Mother’s Day CHA Historic Home Tour Was Truly a Jubilee

The ocean view can’t be beat in this breathtaking 1910 Craftsman home with Tudor elements.

How many of us have wished we could sneak a glimpse into the many charming houses around Coronado? The more than 750 attendees of the 2019 Coronado Historic Home Tour got to do just that on Sunday, May 12. From surf decor to elegant chic and many styles in between, celebrating this event for the Coronado Historical Association’s 50-year Grand Jubilee is my new favorite Mother’s Day activity.

Historic Home Tour Leadership Team
Historic Home Tour Leadership Team (l to r) Beth Fleming, Katy Bell Hendrickson, Mary Farley, and Connie Kocherga, Chair .
Connie Kocherga, Home Tour Chair, pictured with her daughter, Sofia, who helped at the event.

This year’s Historic Home Tour Chairman was Connie Kocherga, who is known for giving back to the community. The leadership team also consisted of Mary Farley, Katy Bell Hendrickson, and Beth Fleming, all from long-time Navy families here. It takes more than 120 volunteers to pull off this tremendous fundraiser, which is the Historical Association’s largest of the year. Ed Gohlich once again generously donated his photography services.

As a nod to the original Home Tour, this year’s event was designed as a walking/biking tour from the Coronado Historical Association centered around Star Park Circle where the original tour took place. For the last five years, they have paired with the Bike Coalition who provide portable bike racks so attendees can arrive in local style.

“The goal this year was to showcase the diversity in Coronado’s historic homes,” says Farley. When I asked her when they start scouting homes for next year, she quickly replied, “I am always on the lookout for homes.” The average age of the homes was 106 years old, built from 1910-1920, with five of the homes connected with Navy family ties and two of the homes claiming the notoriety of having hosted Wallis Simpson, who gained international fame as the Duchess of Windsor.

This Tudor Cottage, built by Coronado contractor L.R. Dilley, has retained its original charm and is filled with the resident’s family photos
One of the features of this grand backyard was the Malibu Potteries Fountain.
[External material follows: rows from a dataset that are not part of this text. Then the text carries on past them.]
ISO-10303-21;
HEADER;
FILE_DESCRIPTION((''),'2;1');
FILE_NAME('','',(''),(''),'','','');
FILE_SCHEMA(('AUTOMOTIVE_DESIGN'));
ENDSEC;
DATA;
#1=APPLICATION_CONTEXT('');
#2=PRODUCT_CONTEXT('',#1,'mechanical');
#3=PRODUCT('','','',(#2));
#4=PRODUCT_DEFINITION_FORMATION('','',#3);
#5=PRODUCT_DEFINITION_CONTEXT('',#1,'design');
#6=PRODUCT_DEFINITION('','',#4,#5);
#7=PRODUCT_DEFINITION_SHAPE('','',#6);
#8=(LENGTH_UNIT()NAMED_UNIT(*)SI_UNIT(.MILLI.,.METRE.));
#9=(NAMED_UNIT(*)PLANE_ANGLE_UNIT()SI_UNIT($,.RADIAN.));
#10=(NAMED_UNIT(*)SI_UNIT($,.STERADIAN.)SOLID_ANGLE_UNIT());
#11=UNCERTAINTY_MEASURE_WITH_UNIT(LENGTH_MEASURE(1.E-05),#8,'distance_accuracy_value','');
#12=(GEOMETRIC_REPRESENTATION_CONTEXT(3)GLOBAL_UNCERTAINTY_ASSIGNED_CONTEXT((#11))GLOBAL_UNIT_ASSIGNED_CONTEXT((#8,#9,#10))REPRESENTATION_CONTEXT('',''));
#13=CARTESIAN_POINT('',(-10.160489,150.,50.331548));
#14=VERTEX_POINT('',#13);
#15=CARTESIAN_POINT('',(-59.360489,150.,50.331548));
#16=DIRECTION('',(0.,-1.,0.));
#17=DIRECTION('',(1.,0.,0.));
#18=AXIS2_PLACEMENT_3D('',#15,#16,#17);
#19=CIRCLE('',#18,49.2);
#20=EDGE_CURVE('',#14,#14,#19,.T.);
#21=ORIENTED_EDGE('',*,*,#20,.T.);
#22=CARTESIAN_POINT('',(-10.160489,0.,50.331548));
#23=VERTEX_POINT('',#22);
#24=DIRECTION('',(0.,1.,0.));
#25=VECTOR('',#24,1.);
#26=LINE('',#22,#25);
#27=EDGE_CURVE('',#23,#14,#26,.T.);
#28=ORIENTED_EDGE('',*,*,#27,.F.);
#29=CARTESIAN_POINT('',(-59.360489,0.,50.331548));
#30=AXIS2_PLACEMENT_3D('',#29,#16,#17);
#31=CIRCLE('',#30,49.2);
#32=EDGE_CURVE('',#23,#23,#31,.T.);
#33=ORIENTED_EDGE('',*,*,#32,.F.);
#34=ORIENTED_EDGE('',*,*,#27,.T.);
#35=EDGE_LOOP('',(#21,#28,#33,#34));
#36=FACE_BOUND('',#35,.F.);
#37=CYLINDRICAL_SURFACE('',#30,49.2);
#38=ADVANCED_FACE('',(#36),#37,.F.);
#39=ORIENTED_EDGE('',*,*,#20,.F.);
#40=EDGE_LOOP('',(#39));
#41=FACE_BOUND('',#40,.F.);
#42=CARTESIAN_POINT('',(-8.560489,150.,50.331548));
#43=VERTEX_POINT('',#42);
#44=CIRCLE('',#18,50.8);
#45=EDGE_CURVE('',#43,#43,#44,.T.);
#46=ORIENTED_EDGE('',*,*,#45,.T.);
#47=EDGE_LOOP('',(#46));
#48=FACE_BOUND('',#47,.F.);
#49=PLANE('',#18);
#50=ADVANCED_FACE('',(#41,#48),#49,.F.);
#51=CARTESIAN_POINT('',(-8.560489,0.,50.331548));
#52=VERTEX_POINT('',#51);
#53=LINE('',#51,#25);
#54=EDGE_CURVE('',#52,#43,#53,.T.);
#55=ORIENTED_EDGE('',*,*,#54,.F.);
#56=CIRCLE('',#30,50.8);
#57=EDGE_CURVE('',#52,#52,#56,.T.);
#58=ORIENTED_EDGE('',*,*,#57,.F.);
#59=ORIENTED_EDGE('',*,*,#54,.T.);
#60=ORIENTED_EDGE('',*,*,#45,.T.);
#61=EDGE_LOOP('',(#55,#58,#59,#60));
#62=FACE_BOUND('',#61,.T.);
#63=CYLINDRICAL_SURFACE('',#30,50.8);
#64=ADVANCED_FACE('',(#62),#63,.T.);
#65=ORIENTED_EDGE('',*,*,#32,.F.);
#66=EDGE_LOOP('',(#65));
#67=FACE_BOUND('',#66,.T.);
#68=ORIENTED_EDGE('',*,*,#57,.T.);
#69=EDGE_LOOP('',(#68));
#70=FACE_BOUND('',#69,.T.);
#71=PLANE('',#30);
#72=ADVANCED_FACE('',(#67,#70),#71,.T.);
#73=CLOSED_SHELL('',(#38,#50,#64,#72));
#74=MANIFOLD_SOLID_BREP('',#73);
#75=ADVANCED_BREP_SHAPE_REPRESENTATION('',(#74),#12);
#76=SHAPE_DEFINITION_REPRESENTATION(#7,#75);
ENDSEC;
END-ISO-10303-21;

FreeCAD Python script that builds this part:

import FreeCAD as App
import Part
import Sketcher

V = App.Vector

doc = App.newDocument("Part")
body = doc.addObject("PartDesign::Body", "Body")

# Sketch on XZ plane
sketch1 = doc.addObject("Sketcher::SketchObject", "Sketch")
body.addObject(sketch1)
sketch1.AttachmentSupport = (doc.XZ_Plane, [""])
sketch1.MapMode = "FlatFace"
sketch1.addGeometry(Part.Circle(V(-59, 50, 0), V(0, 0, 1), 51), False)
sketch1.addGeometry(Part.Circle(V(-59, 50, 0), V(0, 0, 1), 49), False)
sketch1.addConstraint(Sketcher.Constraint("Coincident", 1, 3, 0, 3))
sketch1.addConstraint(Sketcher.Constraint("Diameter", 0, 101.6))
sketch1.addConstraint(Sketcher.Constraint("Diameter", 1, 98.4))
sketch1.addConstraint(Sketcher.Constraint("DistanceX", 0, 3, -1, 1, 59.360489))
sketch1.addConstraint(Sketcher.Constraint("DistanceY", -1, 1, 0, 3, 50.331548))
pad1 = doc.addObject("PartDesign::Pad", "Pad")
body.addObject(pad1)
pad1.Profile = sketch1
pad1.Length = 150
pad1.Reversed = True

doc.recompute()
Now for some behind the scenes facts about the stunning homes which ranged in size from an 800 square foot grandmother’s cottage with fairy gardens and miniature zoos in the backyard to a nearly 4,000 square foot mansion with an ocean view.

Both Melinda and Cassandra, the younger members of our group, selected the Ocean Blvd. home as their favorite for the amazing ocean view from the inviting front sitting room.  Designed by famed California architect Irving Gill, this home also featured an original, stunning outdoor Malibu Potteries fountain.
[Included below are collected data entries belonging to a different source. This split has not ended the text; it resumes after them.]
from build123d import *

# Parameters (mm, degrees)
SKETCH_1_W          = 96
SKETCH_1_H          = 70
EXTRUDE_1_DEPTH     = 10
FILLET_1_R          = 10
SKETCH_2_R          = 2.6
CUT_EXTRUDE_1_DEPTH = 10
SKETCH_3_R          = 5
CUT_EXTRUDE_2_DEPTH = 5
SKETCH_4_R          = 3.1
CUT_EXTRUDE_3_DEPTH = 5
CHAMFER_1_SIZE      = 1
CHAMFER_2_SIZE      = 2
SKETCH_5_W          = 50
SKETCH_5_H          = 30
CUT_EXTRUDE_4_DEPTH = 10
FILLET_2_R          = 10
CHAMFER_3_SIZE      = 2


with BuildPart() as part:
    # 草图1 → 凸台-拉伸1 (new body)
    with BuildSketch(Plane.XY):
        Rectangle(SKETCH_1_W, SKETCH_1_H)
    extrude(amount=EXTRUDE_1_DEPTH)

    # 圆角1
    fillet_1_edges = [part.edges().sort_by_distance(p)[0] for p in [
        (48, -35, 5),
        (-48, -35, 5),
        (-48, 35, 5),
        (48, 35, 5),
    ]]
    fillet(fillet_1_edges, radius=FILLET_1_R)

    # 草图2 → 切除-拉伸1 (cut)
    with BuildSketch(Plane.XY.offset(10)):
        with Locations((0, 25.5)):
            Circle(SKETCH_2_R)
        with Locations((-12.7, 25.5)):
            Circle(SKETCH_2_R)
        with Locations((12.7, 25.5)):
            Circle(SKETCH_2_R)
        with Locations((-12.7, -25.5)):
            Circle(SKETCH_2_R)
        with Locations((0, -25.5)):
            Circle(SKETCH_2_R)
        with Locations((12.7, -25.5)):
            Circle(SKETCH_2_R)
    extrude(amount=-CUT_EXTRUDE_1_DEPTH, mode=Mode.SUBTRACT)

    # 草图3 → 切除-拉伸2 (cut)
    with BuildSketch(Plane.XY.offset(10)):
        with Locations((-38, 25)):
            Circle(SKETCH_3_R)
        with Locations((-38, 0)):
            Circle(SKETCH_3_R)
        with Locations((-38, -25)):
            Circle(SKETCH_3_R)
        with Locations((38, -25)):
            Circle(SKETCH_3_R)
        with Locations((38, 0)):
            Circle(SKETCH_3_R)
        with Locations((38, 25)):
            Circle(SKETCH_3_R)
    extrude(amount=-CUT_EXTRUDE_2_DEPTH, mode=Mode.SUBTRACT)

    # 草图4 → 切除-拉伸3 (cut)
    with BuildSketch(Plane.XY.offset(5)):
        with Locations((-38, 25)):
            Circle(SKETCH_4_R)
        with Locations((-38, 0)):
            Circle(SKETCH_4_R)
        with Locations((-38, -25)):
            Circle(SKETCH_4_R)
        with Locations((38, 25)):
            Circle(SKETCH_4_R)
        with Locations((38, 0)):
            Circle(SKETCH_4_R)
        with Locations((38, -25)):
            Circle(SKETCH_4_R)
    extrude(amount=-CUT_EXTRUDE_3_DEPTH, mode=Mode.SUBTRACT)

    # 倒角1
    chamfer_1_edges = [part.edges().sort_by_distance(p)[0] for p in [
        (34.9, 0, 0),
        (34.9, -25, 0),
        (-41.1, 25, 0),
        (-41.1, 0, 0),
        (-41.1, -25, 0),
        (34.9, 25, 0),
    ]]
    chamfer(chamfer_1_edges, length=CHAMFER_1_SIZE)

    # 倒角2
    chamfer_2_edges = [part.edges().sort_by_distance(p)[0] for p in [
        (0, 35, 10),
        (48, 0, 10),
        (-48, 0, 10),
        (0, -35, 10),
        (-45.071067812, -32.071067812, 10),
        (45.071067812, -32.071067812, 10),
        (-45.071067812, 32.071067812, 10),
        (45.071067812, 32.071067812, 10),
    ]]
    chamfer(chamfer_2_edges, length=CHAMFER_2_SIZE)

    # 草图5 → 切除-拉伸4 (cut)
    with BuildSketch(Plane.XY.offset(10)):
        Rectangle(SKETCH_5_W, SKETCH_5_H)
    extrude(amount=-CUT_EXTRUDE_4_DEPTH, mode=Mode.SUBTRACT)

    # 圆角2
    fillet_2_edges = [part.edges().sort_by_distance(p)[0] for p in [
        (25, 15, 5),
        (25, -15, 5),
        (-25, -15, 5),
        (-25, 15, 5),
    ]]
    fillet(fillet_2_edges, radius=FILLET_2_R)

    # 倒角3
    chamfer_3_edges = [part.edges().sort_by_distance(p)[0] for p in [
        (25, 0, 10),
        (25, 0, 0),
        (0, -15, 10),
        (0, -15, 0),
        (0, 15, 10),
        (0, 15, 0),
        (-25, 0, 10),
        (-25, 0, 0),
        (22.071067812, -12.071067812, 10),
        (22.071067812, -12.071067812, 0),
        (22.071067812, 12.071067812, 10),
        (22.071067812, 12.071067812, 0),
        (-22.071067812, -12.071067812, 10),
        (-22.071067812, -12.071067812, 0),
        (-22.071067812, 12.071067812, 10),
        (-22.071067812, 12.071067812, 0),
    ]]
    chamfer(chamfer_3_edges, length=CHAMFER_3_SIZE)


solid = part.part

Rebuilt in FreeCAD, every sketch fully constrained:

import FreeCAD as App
import Part
import Sketcher
from FreeCAD import Vector
Q = App.Units.Quantity


def edges_at(feature, points):
    """Names of the edges that pass closest to the given points."""
    edges = feature.Shape.Edges
    near = lambda p: min(range(len(edges)), key=lambda i: edges[i].distToShape(Part.Vertex(*p))[0])
    return sorted({f"Edge{near(p) + 1}" for p in points})

doc = App.newDocument("Part")
params = doc.addObject("Spreadsheet::Sheet", "Params")
for row, (alias, value) in enumerate([
    ("sketch1_width", "96 mm"),
    ("sketch1_height", "70 mm"),
    ("pad1_length", "10 mm"),
    ("fillet_radius", "10 mm"),
    ("sketch2_diameter", "5.2 mm"),
    ("pocket1_length", "10 mm"),
    ("sketch3_diameter", "10 mm"),
    ("pocket2_length", "5 mm"),
    ("sketch4_diameter", "6.2 mm"),
    ("pocket3_length", "5 mm"),
    ("chamfer_size", "1 mm"),
    ("chamfer2_size", "2 mm"),
    ("sketch5_width", "50 mm"),
    ("sketch5_height", "30 mm"),
    ("pocket4_length", "10 mm"),
    ("fillet2_radius", "10 mm"),
    ("chamfer3_size", "2 mm"),
], start=1):
    params.set(f"A{row}", alias)
    params.set(f"B{row}", "=" + value)
    params.setAlias(f"B{row}", alias)

body = doc.addObject("PartDesign::Body", "Body")

# Sketch on XY plane
sketch1 = body.newObject("Sketcher::SketchObject", "Sketch")
sketch1.AttachmentSupport = (doc.getObject("XY_Plane"), [""])
sketch1.MapMode = "FlatFace"
sketch1.addGeometry([
    Part.LineSegment(Vector(-48, 35, 0), Vector(-48, -35, 0)),
    Part.LineSegment(Vector(-48, -35, 0), Vector(48, -35, 0)),
    Part.LineSegment(Vector(48, -35, 0), Vector(48, 35, 0)),
    Part.LineSegment(Vector(48, 35, 0), Vector(-48, 35, 0)),
], False)
sketch1.addConstraint([
    Sketcher.Constraint("Coincident", 0, 2, 1, 1),
    Sketcher.Constraint("Coincident", 1, 2, 2, 1),
    Sketcher.Constraint("Coincident", 2, 2, 3, 1),
    Sketcher.Constraint("Coincident", 3, 2, 0, 1),
    Sketcher.Constraint("Vertical", 0),
    Sketcher.Constraint("Horizontal", 1),
    Sketcher.Constraint("Vertical", 2),
    Sketcher.Constraint("Horizontal", 3),
    Sketcher.Constraint("Symmetric", 0, 2, 2, 2, -1, 1),
    Sketcher.Constraint("DistanceX", 1, 1, 1, 2, Q("96 mm")),
    Sketcher.Constraint("DistanceY", 0, 2, 0, 1, Q("70 mm")),
])
sketch1.setExpression("Constraints[9]", "Params.sketch1_width")
sketch1.setExpression("Constraints[10]", "Params.sketch1_height")
pad1 = body.newObject("PartDesign::Pad", "Pad")
pad1.Profile = sketch1
pad1.setExpression("Length", "Params.pad1_length")
doc.recompute()

fillet = body.newObject("PartDesign::Fillet", "Fillet")
fillet.Base = (pad1, edges_at(pad1, [
    (48, -35, 5),
    (-48, -35, 5),
    (-48, 35, 5),
    (48, 35, 5),
]))
fillet.setExpression("Radius", "Params.fillet_radius")

# Sketch on XY plane
sketch2 = body.newObject("Sketcher::SketchObject", "Sketch001")
sketch2.AttachmentSupport = (doc.getObject("XY_Plane"), [""])
sketch2.MapMode = "FlatFace"
sketch2.AttachmentOffset = App.Placement(Vector(0, 0, 10), App.Rotation())
sketch2.addGeometry([
    Part.Circle(Vector(0, 25.5, 0), Vector(0, 0, 1), 2.6),  # 0
    Part.Circle(Vector(-12.7, 25.5, 0), Vector(0, 0, 1), 2.6),  # 1
    Part.Circle(Vector(12.7, 25.5, 0), Vector(0, 0, 1), 2.6),  # 2
    Part.Circle(Vector(-12.7, -25.5, 0), Vector(0, 0, 1), 2.6),  # 3
    Part.Circle(Vector(0, -25.5, 0), Vector(0, 0, 1), 2.6),  # 4
    Part.Circle(Vector(12.7, -25.5, 0), Vector(0, 0, 1), 2.6),  # 5
], False)
sketch2.addConstraint([
    Sketcher.Constraint("Equal", 0, 1),
    Sketcher.Constraint("Equal", 1, 2),
    Sketcher.Constraint("Equal", 2, 3),
    Sketcher.Constraint("Equal", 3, 4),
    Sketcher.Constraint("Equal", 4, 5),
    Sketcher.Constraint("Symmetric", 2, 3, 3, 3, -1, 1),
    Sketcher.Constraint("Symmetric", 0, 3, 4, 3, -1, 1),
    Sketcher.Constraint("Symmetric", 1, 3, 5, 3, -1, 1),
    Sketcher.Constraint("Symmetric", 1, 3, 2, 3, -2),
    Sketcher.Constraint("PointOnObject", 0, 3, -2),
    Sketcher.Constraint("Horizontal", 0, 3, 1, 3),
    Sketcher.Constraint("Diameter", 0, Q("5.2 mm")),
    Sketcher.Constraint("DistanceY", 3, 3, 1, 3, Q("51 mm")),
    Sketcher.Constraint("DistanceX", 1, 3, -1, 1, Q("12.7 mm")),
])
sketch2.setExpression("Constraints[11]", "Params.sketch2_diameter")
pocket1 = body.newObject("PartDesign::Pocket", "Pocket")
pocket1.Profile = sketch2
pocket1.setExpression("Length", "Params.pocket1_length")

# Sketch on XY plane
sketch3 = body.newObject("Sketcher::SketchObject", "Sketch002")
sketch3.AttachmentSupport = (doc.getObject("XY_Plane"), [""])
sketch3.MapMode = "FlatFace"
sketch3.AttachmentOffset = App.Placement(Vector(0, 0, 10), App.Rotation())
sketch3.addGeometry([
    Part.Circle(Vector(-38, 25, 0), Vector(0, 0, 1), 5),  # 0
    Part.Circle(Vector(-38, 0, 0), Vector(0, 0, 1), 5),  # 1
    Part.Circle(Vector(-38, -25, 0), Vector(0, 0, 1), 5),  # 2
    Part.Circle(Vector(38, -25, 0), Vector(0, 0, 1), 5),  # 3
    Part.Circle(Vector(38, 0, 0), Vector(0, 0, 1), 5),  # 4
    Part.Circle(Vector(38, 25, 0), Vector(0, 0, 1), 5),  # 5
], False)
sketch3.addConstraint([
    Sketcher.Constraint("Equal", 0, 1),
    Sketcher.Constraint("Equal", 1, 2),
    Sketcher.Constraint("Equal", 2, 3),
    Sketcher.Constraint("Equal", 3, 4),
    Sketcher.Constraint("Equal", 4, 5),
    Sketcher.Constraint("Symmetric", 0, 3, 3, 3, -1, 1),
    Sketcher.Constraint("Symmetric", 1, 3, 4, 3, -1, 1),
    Sketcher.Constraint("Symmetric", 2, 3, 5, 3, -1, 1),
    Sketcher.Constraint("Symmetric", 2, 3, 3, 3, -2),
    Sketcher.Constraint("PointOnObject", 1, 3, -1),
    Sketcher.Constraint("Vertical", 0, 3, 1, 3),
    Sketcher.Constraint("Diameter", 0, Q("10 mm")),
    Sketcher.Constraint("DistanceX", 0, 3, -1, 1, Q("38 mm")),
    Sketcher.Constraint("DistanceY", -1, 1, 0, 3, Q("25 mm")),
])
sketch3.setExpression("Constraints[11]", "Params.sketch3_diameter")
pocket2 = body.newObject("PartDesign::Pocket", "Pocket001")
pocket2.Profile = sketch3
pocket2.setExpression("Length", "Params.pocket2_length")

# Sketch on XY plane
sketch4 = body.newObject("Sketcher::SketchObject", "Sketch003")
sketch4.AttachmentSupport = (doc.getObject("XY_Plane"), [""])
sketch4.MapMode = "FlatFace"
sketch4.AttachmentOffset = App.Placement(Vector(0, 0, 5), App.Rotation())
sketch4.addGeometry([
    Part.Circle(Vector(-38, 25, 0), Vector(0, 0, 1), 3.1),  # 0
    Part.Circle(Vector(-38, 0, 0), Vector(0, 0, 1), 3.1),  # 1
    Part.Circle(Vector(-38, -25, 0), Vector(0, 0, 1), 3.1),  # 2
    Part.Circle(Vector(38, 25, 0), Vector(0, 0, 1), 3.1),  # 3
    Part.Circle(Vector(38, 0, 0), Vector(0, 0, 1), 3.1),  # 4
    Part.Circle(Vector(38, -25, 0), Vector(0, 0, 1), 3.1),  # 5
], False)
sketch4.addConstraint([
    Sketcher.Constraint("Equal", 0, 1),
    Sketcher.Constraint("Equal", 1, 2),
    Sketcher.Constraint("Equal", 2, 3),
    Sketcher.Constraint("Equal", 3, 4),
    Sketcher.Constraint("Equal", 4, 5),
    Sketcher.Constraint("Symmetric", 2, 3, 3, 3, -1, 1),
    Sketcher.Constraint("Symmetric", 1, 3, 4, 3, -1, 1),
    Sketcher.Constraint("Symmetric", 0, 3, 5, 3, -1, 1),
    Sketcher.Constraint("Symmetric", 0, 3, 3, 3, -2),
    Sketcher.Constraint("PointOnObject", 1, 3, -1),
    Sketcher.Constraint("Vertical", 0, 3, 1, 3),
    Sketcher.Constraint("Diameter", 0, Q("6.2 mm")),
    Sketcher.Constraint("DistanceX", 0, 3, -1, 1, Q("38 mm")),
    Sketcher.Constraint("DistanceY", -1, 1, 0, 3, Q("25 mm")),
])
sketch4.setExpression("Constraints[11]", "Params.sketch4_diameter")
pocket3 = body.newObject("PartDesign::Pocket", "Pocket002")
pocket3.Profile = sketch4
pocket3.setExpression("Length", "Params.pocket3_length")
doc.recompute()

chamfer = body.newObject("PartDesign::Chamfer", "Chamfer")
chamfer.Base = (pocket3, edges_at(pocket3, [
    (34.9, 0, 0),
    (34.9, -25, 0),
    (-41.1, 25, 0),
    (-41.1, 0, 0),
    (-41.1, -25, 0),
    (34.9, 25, 0),
]))
chamfer.setExpression("Size", "Params.chamfer_size")
doc.recompute()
This magnificent Victorian home was built in 1913 and still retains much of it’s original charm.

This Victorian home on Loma Avenue was recently renovated to showcase original details and a beautiful garden. “I loved how people incorporated their travel treasures into their design aesthetic,” commented my friend Carolyn, whose favorite home was the one on Loma because “they stayed true to the style for the remodel and decorating.”


This 1910 Craftsman home is the quintessential Coronado home.

The 1910 Craftsman held a treasure trove of items including a replica of Winston Churchill’s desk, a 1910 Louis Vuitton trunk and a late 1800s papier-mâché chair. The house was arranged for entertaining and one docent mentioned that, “Navy wives are known for hostessing great parties.”


The surf-themed home on Alameda Blvd. has an inviting loft for grandkids.

Emily post

The surf themed home was truly welcoming and reflects the style of its owner, a local lifeguard, who spent 20 years in Hawaii. With a sense of humor, he named the post on his front porch “Emily” as a nod to the famous American etiquette author.


The grand room in this 1912 Spanish Eclectic home is the central hub with all other rooms stemming from it.

Local artist Trisha Ross was creating a picture of the home on Isabella Avenue as guests strolled up the walkway. The Spanish style home featured decor from the family’s world travels and a small log cabin in the back used for storage.


The 1912 Italian Renaissance Revival home was designed by famous San Diego architect William Templeton, who also designed the Francis Parker School, of which his wife was the founder. The cabana by the pool area is the perfect setting for outdoor dining.

I’m already looking forward to seeing which homes the Coronado Historical Association lets us peek into next year.

These are just a few of docents from the G Avenue home lead by Hostess Laurie Moose, a veteran of many Home Tours.